INFORMATION GIVEN below:
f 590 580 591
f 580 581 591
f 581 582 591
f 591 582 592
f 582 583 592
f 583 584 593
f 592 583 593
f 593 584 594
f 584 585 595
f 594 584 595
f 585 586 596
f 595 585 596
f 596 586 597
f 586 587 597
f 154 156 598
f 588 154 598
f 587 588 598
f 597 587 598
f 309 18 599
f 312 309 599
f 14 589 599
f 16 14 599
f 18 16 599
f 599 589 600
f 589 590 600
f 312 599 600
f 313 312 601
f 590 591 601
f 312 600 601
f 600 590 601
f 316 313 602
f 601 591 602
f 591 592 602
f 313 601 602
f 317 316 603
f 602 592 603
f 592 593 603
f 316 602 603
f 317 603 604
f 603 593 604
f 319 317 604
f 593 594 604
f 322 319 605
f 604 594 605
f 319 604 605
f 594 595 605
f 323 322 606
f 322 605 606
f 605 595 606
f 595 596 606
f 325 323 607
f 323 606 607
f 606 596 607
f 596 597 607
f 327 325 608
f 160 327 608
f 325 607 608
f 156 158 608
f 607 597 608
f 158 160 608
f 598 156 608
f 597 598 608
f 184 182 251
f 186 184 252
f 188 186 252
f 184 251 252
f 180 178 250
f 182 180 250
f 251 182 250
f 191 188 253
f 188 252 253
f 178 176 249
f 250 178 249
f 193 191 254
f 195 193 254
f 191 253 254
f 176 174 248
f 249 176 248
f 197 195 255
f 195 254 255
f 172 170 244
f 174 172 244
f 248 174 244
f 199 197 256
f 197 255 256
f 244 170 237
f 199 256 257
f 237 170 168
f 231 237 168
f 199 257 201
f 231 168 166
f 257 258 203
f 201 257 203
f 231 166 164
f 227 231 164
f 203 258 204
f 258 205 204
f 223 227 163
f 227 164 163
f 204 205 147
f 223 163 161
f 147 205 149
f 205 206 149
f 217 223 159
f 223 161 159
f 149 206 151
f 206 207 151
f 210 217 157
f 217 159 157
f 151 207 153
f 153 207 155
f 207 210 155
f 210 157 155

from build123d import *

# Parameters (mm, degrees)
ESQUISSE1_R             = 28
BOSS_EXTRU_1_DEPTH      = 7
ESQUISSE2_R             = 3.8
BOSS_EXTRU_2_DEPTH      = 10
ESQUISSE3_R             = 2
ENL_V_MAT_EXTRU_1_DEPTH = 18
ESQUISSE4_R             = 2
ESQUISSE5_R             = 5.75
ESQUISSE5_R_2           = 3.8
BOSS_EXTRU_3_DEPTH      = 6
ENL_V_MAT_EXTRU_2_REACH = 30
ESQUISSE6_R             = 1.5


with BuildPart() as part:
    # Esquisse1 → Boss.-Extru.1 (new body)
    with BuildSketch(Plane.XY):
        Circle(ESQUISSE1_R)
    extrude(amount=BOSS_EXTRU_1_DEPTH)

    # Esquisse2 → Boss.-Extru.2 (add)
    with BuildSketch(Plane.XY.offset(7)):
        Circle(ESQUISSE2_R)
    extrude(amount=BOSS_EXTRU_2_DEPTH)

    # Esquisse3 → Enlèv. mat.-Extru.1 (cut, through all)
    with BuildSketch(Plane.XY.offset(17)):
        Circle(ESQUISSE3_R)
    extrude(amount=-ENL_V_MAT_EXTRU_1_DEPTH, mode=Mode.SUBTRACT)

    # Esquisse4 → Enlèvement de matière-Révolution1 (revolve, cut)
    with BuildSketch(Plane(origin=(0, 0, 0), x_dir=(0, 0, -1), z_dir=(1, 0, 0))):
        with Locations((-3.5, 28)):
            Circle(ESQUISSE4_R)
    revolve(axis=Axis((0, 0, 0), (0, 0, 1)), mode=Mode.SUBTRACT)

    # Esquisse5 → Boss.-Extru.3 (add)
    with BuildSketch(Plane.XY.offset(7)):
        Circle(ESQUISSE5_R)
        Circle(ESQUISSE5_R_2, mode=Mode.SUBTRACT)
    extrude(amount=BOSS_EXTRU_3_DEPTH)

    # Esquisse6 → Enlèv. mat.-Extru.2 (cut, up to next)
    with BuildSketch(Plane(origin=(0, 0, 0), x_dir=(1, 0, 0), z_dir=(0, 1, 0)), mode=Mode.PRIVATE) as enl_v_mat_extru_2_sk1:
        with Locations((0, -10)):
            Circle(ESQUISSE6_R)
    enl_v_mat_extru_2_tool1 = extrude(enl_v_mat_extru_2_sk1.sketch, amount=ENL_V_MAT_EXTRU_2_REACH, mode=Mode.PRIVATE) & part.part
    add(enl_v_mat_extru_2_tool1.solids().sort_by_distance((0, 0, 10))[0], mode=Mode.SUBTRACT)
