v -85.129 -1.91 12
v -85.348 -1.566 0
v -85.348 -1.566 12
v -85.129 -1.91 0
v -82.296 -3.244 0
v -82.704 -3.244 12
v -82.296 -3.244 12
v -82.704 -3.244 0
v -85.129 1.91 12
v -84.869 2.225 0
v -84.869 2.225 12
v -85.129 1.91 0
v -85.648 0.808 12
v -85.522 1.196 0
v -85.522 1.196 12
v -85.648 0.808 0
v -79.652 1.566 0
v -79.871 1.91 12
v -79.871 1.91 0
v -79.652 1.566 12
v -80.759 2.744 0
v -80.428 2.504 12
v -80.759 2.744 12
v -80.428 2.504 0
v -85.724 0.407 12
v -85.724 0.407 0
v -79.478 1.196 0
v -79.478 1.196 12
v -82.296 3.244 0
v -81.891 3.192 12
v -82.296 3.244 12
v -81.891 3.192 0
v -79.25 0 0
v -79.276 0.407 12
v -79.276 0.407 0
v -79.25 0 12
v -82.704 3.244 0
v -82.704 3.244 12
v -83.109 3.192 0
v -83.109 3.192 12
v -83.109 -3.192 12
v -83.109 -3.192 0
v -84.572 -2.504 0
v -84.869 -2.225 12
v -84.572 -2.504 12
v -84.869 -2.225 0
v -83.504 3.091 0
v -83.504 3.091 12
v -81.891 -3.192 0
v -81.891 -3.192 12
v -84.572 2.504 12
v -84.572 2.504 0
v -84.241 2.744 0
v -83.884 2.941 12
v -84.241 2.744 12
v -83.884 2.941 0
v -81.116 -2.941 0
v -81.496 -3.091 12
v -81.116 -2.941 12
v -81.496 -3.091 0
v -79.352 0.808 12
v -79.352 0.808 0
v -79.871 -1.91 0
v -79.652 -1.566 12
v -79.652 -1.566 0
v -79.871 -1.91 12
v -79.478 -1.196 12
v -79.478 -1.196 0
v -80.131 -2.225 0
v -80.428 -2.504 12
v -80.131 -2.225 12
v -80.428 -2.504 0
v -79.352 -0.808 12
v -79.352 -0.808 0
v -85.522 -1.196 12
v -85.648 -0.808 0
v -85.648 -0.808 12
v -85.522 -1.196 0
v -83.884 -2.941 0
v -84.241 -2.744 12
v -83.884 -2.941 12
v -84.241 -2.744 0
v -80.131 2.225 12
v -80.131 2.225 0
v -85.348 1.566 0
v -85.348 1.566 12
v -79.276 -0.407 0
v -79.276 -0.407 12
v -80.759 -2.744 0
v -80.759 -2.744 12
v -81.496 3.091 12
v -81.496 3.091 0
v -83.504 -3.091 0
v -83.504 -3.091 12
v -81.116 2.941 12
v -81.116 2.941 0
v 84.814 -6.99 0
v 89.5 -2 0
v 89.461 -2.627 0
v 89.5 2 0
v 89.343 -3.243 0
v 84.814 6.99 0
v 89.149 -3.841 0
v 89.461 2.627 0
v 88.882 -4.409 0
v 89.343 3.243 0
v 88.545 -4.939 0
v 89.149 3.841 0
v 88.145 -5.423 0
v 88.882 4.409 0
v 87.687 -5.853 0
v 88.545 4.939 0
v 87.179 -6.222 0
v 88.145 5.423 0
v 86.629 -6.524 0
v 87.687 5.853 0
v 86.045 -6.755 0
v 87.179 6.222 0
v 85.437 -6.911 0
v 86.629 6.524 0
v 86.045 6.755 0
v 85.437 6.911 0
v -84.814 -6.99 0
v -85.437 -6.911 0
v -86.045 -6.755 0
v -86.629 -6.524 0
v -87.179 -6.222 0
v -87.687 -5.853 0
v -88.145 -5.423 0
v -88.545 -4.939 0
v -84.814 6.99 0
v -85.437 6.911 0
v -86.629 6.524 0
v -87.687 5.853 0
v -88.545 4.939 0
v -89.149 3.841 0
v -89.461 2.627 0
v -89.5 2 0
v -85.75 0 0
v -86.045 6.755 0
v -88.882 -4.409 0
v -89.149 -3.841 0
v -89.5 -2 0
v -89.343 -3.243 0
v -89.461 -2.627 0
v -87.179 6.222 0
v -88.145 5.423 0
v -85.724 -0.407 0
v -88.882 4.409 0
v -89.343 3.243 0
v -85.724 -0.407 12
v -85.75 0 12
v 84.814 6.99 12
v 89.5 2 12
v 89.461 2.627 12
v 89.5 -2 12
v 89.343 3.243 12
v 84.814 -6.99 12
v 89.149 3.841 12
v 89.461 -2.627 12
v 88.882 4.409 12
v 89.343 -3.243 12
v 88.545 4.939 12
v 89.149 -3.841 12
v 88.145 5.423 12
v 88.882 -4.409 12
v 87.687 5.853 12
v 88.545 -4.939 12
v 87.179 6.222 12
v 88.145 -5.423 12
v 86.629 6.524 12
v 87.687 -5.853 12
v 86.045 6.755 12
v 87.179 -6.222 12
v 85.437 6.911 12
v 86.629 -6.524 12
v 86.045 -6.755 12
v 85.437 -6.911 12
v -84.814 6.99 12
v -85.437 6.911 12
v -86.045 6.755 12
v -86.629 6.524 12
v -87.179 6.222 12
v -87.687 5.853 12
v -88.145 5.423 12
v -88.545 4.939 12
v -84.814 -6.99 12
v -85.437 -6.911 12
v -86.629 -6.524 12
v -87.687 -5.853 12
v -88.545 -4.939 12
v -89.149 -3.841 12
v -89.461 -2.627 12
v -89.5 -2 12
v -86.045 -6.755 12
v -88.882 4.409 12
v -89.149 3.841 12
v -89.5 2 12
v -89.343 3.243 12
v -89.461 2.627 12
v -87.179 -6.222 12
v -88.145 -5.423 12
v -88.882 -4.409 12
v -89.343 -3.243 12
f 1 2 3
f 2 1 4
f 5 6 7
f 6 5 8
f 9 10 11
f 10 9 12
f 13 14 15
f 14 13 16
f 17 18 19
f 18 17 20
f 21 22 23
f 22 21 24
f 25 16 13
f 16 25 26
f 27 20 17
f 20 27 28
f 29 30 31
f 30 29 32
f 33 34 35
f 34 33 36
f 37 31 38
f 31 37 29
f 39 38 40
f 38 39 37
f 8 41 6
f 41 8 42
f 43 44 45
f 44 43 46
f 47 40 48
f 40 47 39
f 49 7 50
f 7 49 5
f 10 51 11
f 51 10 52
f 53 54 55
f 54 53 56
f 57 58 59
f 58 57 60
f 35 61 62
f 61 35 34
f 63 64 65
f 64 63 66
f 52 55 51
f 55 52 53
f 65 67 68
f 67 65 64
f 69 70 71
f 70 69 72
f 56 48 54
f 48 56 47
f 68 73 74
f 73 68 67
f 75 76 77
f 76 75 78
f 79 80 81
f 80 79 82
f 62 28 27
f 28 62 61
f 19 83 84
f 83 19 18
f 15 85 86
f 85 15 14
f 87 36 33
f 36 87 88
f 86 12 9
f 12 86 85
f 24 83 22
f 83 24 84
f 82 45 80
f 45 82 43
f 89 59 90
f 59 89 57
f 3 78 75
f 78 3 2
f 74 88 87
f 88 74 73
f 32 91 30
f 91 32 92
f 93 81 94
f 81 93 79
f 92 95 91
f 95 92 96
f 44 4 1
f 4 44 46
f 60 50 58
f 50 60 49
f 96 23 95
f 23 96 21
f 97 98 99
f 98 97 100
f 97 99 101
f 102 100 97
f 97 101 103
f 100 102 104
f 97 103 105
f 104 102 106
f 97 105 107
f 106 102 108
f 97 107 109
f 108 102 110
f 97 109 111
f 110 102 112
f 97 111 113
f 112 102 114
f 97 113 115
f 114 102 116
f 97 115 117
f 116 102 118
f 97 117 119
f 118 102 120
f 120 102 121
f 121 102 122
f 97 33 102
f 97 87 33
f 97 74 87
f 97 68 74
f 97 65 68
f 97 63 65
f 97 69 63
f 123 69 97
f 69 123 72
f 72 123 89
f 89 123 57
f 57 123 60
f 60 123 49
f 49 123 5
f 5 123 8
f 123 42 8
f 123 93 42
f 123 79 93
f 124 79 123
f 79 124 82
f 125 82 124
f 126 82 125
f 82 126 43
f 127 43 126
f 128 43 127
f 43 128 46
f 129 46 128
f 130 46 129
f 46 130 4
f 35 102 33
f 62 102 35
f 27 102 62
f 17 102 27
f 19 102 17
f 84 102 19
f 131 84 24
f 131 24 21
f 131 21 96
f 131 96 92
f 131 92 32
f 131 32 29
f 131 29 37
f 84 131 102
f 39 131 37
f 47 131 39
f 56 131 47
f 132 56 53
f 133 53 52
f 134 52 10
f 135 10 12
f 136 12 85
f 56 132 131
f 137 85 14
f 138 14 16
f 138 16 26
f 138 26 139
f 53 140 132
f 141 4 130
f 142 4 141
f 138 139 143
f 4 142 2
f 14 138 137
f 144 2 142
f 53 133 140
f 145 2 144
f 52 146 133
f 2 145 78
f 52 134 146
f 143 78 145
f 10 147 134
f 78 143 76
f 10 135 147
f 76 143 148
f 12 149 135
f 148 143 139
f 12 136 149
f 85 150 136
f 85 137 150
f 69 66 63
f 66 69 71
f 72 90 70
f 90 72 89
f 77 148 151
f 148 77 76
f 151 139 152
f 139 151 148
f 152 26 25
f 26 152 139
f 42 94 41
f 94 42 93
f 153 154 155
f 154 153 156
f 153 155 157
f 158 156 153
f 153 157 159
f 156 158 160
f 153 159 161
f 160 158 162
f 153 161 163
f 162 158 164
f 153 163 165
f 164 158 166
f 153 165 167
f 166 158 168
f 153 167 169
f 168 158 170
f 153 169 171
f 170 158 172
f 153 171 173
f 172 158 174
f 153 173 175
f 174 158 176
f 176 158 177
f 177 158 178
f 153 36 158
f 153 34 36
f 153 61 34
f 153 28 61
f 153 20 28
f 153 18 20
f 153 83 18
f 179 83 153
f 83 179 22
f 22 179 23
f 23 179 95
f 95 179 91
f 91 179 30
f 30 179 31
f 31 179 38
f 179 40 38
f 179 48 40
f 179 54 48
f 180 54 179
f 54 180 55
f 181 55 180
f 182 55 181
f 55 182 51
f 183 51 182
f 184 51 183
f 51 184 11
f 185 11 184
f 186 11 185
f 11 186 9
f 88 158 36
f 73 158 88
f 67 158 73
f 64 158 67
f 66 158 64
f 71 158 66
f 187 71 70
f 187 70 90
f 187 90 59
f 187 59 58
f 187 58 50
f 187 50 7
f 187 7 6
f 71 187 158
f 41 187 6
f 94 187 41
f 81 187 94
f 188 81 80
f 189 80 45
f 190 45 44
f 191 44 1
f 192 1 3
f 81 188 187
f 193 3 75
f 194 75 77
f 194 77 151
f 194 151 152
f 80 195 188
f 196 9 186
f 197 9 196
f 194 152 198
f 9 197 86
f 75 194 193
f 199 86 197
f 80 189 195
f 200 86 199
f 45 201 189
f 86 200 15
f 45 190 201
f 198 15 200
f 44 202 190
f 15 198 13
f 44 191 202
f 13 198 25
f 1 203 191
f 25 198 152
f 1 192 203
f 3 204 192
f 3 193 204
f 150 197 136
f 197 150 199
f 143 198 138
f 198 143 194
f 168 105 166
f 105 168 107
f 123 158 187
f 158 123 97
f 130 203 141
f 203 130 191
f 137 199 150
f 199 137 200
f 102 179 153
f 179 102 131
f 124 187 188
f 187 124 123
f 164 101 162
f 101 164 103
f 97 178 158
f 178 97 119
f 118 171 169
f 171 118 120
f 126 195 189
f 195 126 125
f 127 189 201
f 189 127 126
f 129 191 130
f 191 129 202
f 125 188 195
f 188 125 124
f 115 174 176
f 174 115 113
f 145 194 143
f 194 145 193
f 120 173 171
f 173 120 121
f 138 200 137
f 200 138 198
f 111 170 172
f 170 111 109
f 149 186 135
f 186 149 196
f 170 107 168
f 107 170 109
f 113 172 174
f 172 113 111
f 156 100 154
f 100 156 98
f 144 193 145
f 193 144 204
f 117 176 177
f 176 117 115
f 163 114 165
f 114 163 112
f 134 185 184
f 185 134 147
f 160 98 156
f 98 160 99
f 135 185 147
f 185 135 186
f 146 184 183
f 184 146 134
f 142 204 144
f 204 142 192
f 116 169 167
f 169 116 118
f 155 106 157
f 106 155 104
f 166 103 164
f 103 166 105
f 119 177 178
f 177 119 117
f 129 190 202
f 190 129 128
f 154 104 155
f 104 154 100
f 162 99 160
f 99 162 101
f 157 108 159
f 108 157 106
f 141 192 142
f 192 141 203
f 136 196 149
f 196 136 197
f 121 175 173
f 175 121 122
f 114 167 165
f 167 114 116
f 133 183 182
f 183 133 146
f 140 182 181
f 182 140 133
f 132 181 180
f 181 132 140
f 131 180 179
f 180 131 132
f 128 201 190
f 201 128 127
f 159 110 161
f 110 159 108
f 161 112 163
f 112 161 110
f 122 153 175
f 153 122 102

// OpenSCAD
$fn = 50;


difference() {
	union() {
		hull() {
			translate(v = [-84.5000000000, 2.0000000000, 0]) {
				cylinder(h = 12, r = 5);
			}
			translate(v = [84.5000000000, 2.0000000000, 0]) {
				cylinder(h = 12, r = 5);
			}
			translate(v = [-84.5000000000, -2.0000000000, 0]) {
				cylinder(h = 12, r = 5);
			}
			translate(v = [84.5000000000, -2.0000000000, 0]) {
				cylinder(h = 12, r = 5);
			}
		}
	}
	union() {
		translate(v = [-82.5000000000, 0.0000000000, 0]) {
			cylinder(h = 12, r = 3.2500000000);
		}
		translate(v = [-82.5000000000, 0.0000000000, 0]) {
			cylinder(h = 12, r = 1.8000000000);
		}
		translate(v = [-82.5000000000, 0.0000000000, 0]) {
			cylinder(h = 12, r = 1.8000000000);
		}
		translate(v = [-82.5000000000, 0.0000000000, 0]) {
			cylinder(h = 12, r = 1.8000000000);
		}
	}
}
End of INFORMATION GIVEN.
• _WORK REQUEST_: Print, from the entries above, the line with "v -85.348 1.566 0", the line with "v 89.5 -2 0" and all lines between them, exactly and with nothing else.

• _WRITTEN RESPONSE_:
v -85.348 1.566 0
v -85.348 1.566 12
v -79.276 -0.407 0
v -79.276 -0.407 12
v -80.759 -2.744 0
v -80.759 -2.744 12
v -81.496 3.091 12
v -81.496 3.091 0
v -83.504 -3.091 0
v -83.504 -3.091 12
v -81.116 2.941 12
v -81.116 2.941 0
v 84.814 -6.99 0
v 89.5 -2 0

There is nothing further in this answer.